§ **Data shown**:
§ §

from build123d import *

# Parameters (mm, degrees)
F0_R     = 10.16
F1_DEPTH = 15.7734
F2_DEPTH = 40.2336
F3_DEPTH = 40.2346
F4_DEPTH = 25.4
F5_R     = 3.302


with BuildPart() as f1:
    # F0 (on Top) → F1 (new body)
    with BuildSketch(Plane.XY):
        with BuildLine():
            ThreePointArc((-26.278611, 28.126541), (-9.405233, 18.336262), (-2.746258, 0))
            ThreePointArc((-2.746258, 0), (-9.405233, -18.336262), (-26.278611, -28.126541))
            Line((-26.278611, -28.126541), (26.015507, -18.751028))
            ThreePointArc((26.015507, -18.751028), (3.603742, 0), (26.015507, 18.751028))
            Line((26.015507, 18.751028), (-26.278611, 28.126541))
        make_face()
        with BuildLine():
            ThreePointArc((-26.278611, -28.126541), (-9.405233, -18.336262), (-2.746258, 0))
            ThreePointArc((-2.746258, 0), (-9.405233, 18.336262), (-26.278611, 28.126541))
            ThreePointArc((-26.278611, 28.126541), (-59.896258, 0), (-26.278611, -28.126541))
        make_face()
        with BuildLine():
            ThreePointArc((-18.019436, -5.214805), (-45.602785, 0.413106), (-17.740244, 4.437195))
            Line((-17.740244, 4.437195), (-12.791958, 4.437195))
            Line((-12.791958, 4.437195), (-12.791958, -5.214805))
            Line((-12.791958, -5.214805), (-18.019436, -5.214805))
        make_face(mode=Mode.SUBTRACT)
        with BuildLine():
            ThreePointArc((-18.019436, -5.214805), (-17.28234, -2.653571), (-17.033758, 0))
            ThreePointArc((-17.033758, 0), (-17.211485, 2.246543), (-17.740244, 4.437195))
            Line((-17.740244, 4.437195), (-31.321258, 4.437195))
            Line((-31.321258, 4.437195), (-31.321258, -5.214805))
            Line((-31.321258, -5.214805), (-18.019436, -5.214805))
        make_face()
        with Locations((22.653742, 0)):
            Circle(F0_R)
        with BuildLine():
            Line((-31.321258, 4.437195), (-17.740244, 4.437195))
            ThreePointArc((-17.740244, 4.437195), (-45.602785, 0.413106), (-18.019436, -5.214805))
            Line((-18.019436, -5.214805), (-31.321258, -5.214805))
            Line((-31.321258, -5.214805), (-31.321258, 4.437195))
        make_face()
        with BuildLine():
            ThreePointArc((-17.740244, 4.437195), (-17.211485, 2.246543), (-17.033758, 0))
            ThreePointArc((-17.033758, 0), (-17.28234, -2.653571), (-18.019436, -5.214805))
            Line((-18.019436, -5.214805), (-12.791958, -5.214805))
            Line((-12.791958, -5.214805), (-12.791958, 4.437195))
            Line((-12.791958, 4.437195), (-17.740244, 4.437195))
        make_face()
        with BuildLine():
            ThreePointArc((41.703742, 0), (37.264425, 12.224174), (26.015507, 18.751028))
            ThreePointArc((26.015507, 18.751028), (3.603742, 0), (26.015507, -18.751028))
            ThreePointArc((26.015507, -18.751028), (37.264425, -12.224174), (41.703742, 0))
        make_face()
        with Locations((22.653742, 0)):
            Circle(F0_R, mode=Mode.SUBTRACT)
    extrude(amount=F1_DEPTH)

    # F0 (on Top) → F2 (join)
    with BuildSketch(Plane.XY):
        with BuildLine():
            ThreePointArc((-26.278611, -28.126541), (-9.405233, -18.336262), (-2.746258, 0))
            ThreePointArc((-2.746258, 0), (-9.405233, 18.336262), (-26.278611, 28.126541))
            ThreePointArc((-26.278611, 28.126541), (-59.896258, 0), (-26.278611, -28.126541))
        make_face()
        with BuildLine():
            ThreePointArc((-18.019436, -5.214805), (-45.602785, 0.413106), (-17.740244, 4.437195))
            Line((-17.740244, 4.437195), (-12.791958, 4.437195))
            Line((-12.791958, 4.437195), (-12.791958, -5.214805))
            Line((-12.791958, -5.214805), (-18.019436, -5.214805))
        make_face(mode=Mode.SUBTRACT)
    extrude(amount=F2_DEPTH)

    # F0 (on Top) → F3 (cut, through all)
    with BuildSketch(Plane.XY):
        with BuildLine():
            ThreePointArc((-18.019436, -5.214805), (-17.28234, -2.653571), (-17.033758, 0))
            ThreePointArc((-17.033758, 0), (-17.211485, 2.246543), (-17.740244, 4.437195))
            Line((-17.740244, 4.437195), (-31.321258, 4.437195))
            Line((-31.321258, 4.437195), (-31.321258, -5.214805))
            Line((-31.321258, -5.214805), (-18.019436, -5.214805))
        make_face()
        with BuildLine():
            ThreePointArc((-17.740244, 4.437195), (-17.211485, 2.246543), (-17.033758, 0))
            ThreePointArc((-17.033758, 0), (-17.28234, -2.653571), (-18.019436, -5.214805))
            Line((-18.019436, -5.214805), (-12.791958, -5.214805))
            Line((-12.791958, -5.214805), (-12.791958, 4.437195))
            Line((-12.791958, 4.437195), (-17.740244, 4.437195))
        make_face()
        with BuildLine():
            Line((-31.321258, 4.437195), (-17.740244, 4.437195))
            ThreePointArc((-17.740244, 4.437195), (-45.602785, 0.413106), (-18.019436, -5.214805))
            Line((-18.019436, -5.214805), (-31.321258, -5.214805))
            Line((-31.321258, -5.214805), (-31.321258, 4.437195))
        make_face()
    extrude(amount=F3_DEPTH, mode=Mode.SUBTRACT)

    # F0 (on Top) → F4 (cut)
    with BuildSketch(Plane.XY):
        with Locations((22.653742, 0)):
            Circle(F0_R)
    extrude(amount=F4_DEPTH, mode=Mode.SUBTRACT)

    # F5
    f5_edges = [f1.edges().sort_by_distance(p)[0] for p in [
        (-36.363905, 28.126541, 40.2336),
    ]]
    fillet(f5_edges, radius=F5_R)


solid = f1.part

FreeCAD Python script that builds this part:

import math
import FreeCAD as App
import Part
import Sketcher
Q = App.Units.Quantity


def edges_at(feature, points):
    """Names of the edges that pass closest to the given points."""
    edges = feature.Shape.Edges
    near = lambda p: min(range(len(edges)), key=lambda i: edges[i].distToShape(Part.Vertex(*p))[0])
    return sorted({f"Edge{near(p) + 1}" for p in points})

doc = App.newDocument("Part")
body = doc.addObject("PartDesign::Body", "Body")

sketch1 = body.newObject("Sketcher::SketchObject", "Sketch")
sketch1.AttachmentSupport = (doc.getObject("XY_Plane"), [""])
sketch1.MapMode = "FlatFace"
sketch1.addGeometry(Part.LineSegment(App.Vector(-26, -28, 0), App.Vector(26, -19, 0)), False)
sketch1.addGeometry(Part.ArcOfCircle(Part.Circle(App.Vector(23, 0, 0), App.Vector(0, 0, 1), 19), math.radians(-80), math.radians(0)), False)
sketch1.addGeometry(Part.ArcOfCircle(Part.Circle(App.Vector(23, 0, 0), App.Vector(0, 0, 1), 19), math.radians(0), math.radians(80)), False)
sketch1.addGeometry(Part.LineSegment(App.Vector(26, 19, 0), App.Vector(-26, 28, 0)), False)
sketch1.addGeometry(Part.ArcOfCircle(Part.Circle(App.Vector(-31, 0, 0), App.Vector(0, 0, 1), 29), math.radians(80), math.radians(280)), False)
sketch1.addGeometry(Part.Circle(App.Vector(23, 0, 0), App.Vector(0, 0, 1), 10), False)
sketch1.addConstraint(Sketcher.Constraint("Tangent", 0, 2, 1, 1))
sketch1.addConstraint(Sketcher.Constraint("Tangent", 1, 2, 2, 1))
sketch1.addConstraint(Sketcher.Constraint("Tangent", 2, 2, 3, 1))
sketch1.addConstraint(Sketcher.Constraint("Tangent", 3, 2, 4, 1))
sketch1.addConstraint(Sketcher.Constraint("Tangent", 4, 2, 0, 1))
sketch1.addConstraint(Sketcher.Constraint("Coincident", 5, 3, 1, 3))
sketch1.addConstraint(Sketcher.Constraint("Equal", 1, 2))
sketch1.addConstraint(Sketcher.Constraint("Symmetric", 0, 2, 2, 2, -1))
sketch1.addConstraint(Sketcher.Constraint("PointOnObject", 1, 2, -1))
sketch1.addConstraint(Sketcher.Constraint("Diameter", 5, Q("0.8 in")))
sketch1.addConstraint(Sketcher.Constraint("Radius", 1, Q("0.7500001 in")))
sketch1.addConstraint(Sketcher.Constraint("Radius", 4, Q("1.125 in")))
sketch1.addConstraint(Sketcher.Constraint("DistanceX", 4, 3, 1, 3, Q("2.1249999 in")))
sketch1.addConstraint(Sketcher.Constraint("DistanceX", -1, 1, 1, 3, Q("22.65374 mm")))
pad1 = body.newObject("PartDesign::Pad", "Pad")
pad1.Profile = sketch1
pad1.Length = Q("0.621 in")

sketch2 = body.newObject("Sketcher::SketchObject", "Sketch001")
sketch2.AttachmentSupport = (doc.getObject("XY_Plane"), [""])
sketch2.MapMode = "FlatFace"
sketch2.addGeometry(Part.ArcOfCircle(Part.Circle(App.Vector(-31.3, 0, 0), App.Vector(0, 0, 1), 28.6), math.radians(-80), math.radians(0)), False)
sketch2.addGeometry(Part.ArcOfCircle(Part.Circle(App.Vector(-31.3, 0, 0), App.Vector(0, 0, 1), 28.6), math.radians(0), math.radians(80)), False)
sketch2.addGeometry(Part.ArcOfCircle(Part.Circle(App.Vector(-31.3, 0, 0), App.Vector(0, 0, 1), 28.6), math.radians(80), math.radians(280)), False)
sketch2.addGeometry(Part.LineSegment(App.Vector(-12.8, -5.2, 0), App.Vector(-18, -5.2, 0)), False)
sketch2.addGeometry(Part.ArcOfCircle(Part.Circle(App.Vector(-31.3, 0, 0), App.Vector(0, 0, 1), 14.3), math.radians(18), math.radians(339)), False)
sketch2.addGeometry(Part.LineSegment(App.Vector(-17.7, 4.4, 0), App.Vector(-12.8, 4.4, 0)), False)
sketch2.addGeometry(Part.LineSegment(App.Vector(-12.8, 4.4, 0), App.Vector(-12.8, -5.2, 0)), False)
sketch2.addConstraint(Sketcher.Constraint("Tangent", 0, 2, 1, 1))
sketch2.addConstraint(Sketcher.Constraint("Tangent", 1, 2, 2, 1))
sketch2.addConstraint(Sketcher.Constraint("Tangent", 2, 2, 0, 1))
sketch2.addConstraint(Sketcher.Constraint("Coincident", 3, 2, 4, 2))
sketch2.addConstraint(Sketcher.Constraint("Coincident", 4, 1, 5, 1))
sketch2.addConstraint(Sketcher.Constraint("Coincident", 5, 2, 6, 1))
sketch2.addConstraint(Sketcher.Constraint("Coincident", 6, 2, 3, 1))
sketch2.addConstraint(Sketcher.Constraint("Horizontal", 3))
sketch2.addConstraint(Sketcher.Constraint("Horizontal", 5))
sketch2.addConstraint(Sketcher.Constraint("Vertical", 6))
sketch2.addConstraint(Sketcher.Constraint("Coincident", 4, 3, 0, 3))
sketch2.addConstraint(Sketcher.Constraint("Symmetric", 1, 2, 2, 2, -1))
sketch2.addConstraint(Sketcher.Constraint("PointOnObject", 0, 2, -1))
sketch2.addConstraint(Sketcher.Constraint("Radius", 0, Q("1.1249999 in")))
sketch2.addConstraint(Sketcher.Constraint("Radius", 4, Q("0.5625 in")))
sketch2.addConstraint(Sketcher.Constraint("DistanceY", 6, 2, 6, 1, Q("0.38 in")))
sketch2.addConstraint(Sketcher.Constraint("DistanceX", 5, 2, 0, 2, Q("0.3955 in")))
sketch2.addConstraint(Sketcher.Constraint("DistanceX", 3, 2, 3, 1, Q("5.227478 mm")))
sketch2.addConstraint(Sketcher.Constraint("DistanceX", 2, 3, -1, 1, Q("31.321258 mm")))
sketch2.addConstraint(Sketcher.Constraint("DistanceX", 1, 2, -1, 1, Q("26.278611 mm")))
pad2 = body.newObject("PartDesign::Pad", "Pad001")
pad2.Profile = sketch2
pad2.Length = Q("1.584 in")

sketch3 = body.newObject("Sketcher::SketchObject", "Sketch002")
sketch3.AttachmentSupport = (doc.getObject("XY_Plane"), [""])
sketch3.MapMode = "FlatFace"
sketch3.addGeometry(Part.LineSegment(App.Vector(-18, -5.2, 0), App.Vector(-12.8, -5.2, 0)), False)
sketch3.addGeometry(Part.LineSegment(App.Vector(-12.8, -5.2, 0), App.Vector(-12.8, 4.4, 0)), False)
sketch3.addGeometry(Part.LineSegment(App.Vector(-12.8, 4.4, 0), App.Vector(-17.7, 4.4, 0)), False)
sketch3.addGeometry(Part.ArcOfCircle(Part.Circle(App.Vector(-31.3, 0, 0), App.Vector(0, 0, 1), 14.3), math.radians(18), math.radians(339)), False)
sketch3.addConstraint(Sketcher.Constraint("Coincident", 0, 2, 1, 1))
sketch3.addConstraint(Sketcher.Constraint("Coincident", 1, 2, 2, 1))
sketch3.addConstraint(Sketcher.Constraint("Coincident", 2, 2, 3, 1))
sketch3.addConstraint(Sketcher.Constraint("Coincident", 3, 2, 0, 1))
sketch3.addConstraint(Sketcher.Constraint("Horizontal", 0))
sketch3.addConstraint(Sketcher.Constraint("Vertical", 1))
sketch3.addConstraint(Sketcher.Constraint("Horizontal", 2))
sketch3.addConstraint(Sketcher.Constraint("PointOnObject", 3, 3, -1))
sketch3.addConstraint(Sketcher.Constraint("Radius", 3, Q("0.5625 in")))
sketch3.addConstraint(Sketcher.Constraint("DistanceY", 1, 1, 1, 2, Q("0.38 in")))
sketch3.addConstraint(Sketcher.Constraint("DistanceX", 3, 3, 0, 2, Q("0.7295 in")))
sketch3.addConstraint(Sketcher.Constraint("DistanceX", 0, 1, 0, 2, Q("5.227478 mm")))
sketch3.addConstraint(Sketcher.Constraint("DistanceX", 3, 3, -1, 1, Q("31.321258 mm")))
pocket1 = body.newObject("PartDesign::Pocket", "Pocket")
pocket1.Profile = sketch3
pocket1.Type = "ThroughAll"
pocket1.Reversed = True

sketch4 = body.newObject("Sketcher::SketchObject", "Sketch003")
sketch4.AttachmentSupport = (doc.getObject("XY_Plane"), [""])
sketch4.MapMode = "FlatFace"
sketch4.addGeometry(Part.Circle(App.Vector(23, 0, 0), App.Vector(0, 0, 1), 10), False)
sketch4.addConstraint(Sketcher.Constraint("PointOnObject", 0, 3, -1))
sketch4.addConstraint(Sketcher.Constraint("Diameter", 0, Q("0.8 in")))
sketch4.addConstraint(Sketcher.Constraint("DistanceX", -1, 1, 0, 3, Q("22.653742 mm")))
pocket2 = body.newObject("PartDesign::Pocket", "Pocket001")
pocket2.Profile = sketch4
pocket2.Length = Q("1 in")
pocket2.Reversed = True
doc.recompute()

fillet = body.newObject("PartDesign::Fillet", "Fillet")
fillet.Base = (pocket2, edges_at(pocket2, [(-59.896, 0, 40.234)]))
fillet.Radius = Q("0.13 in")

doc.recompute()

§ §

§ **Problem details**: Wherever a line in the records above includes "extrude", count it, then give the total and nothing besides.

§ **Task response**: 4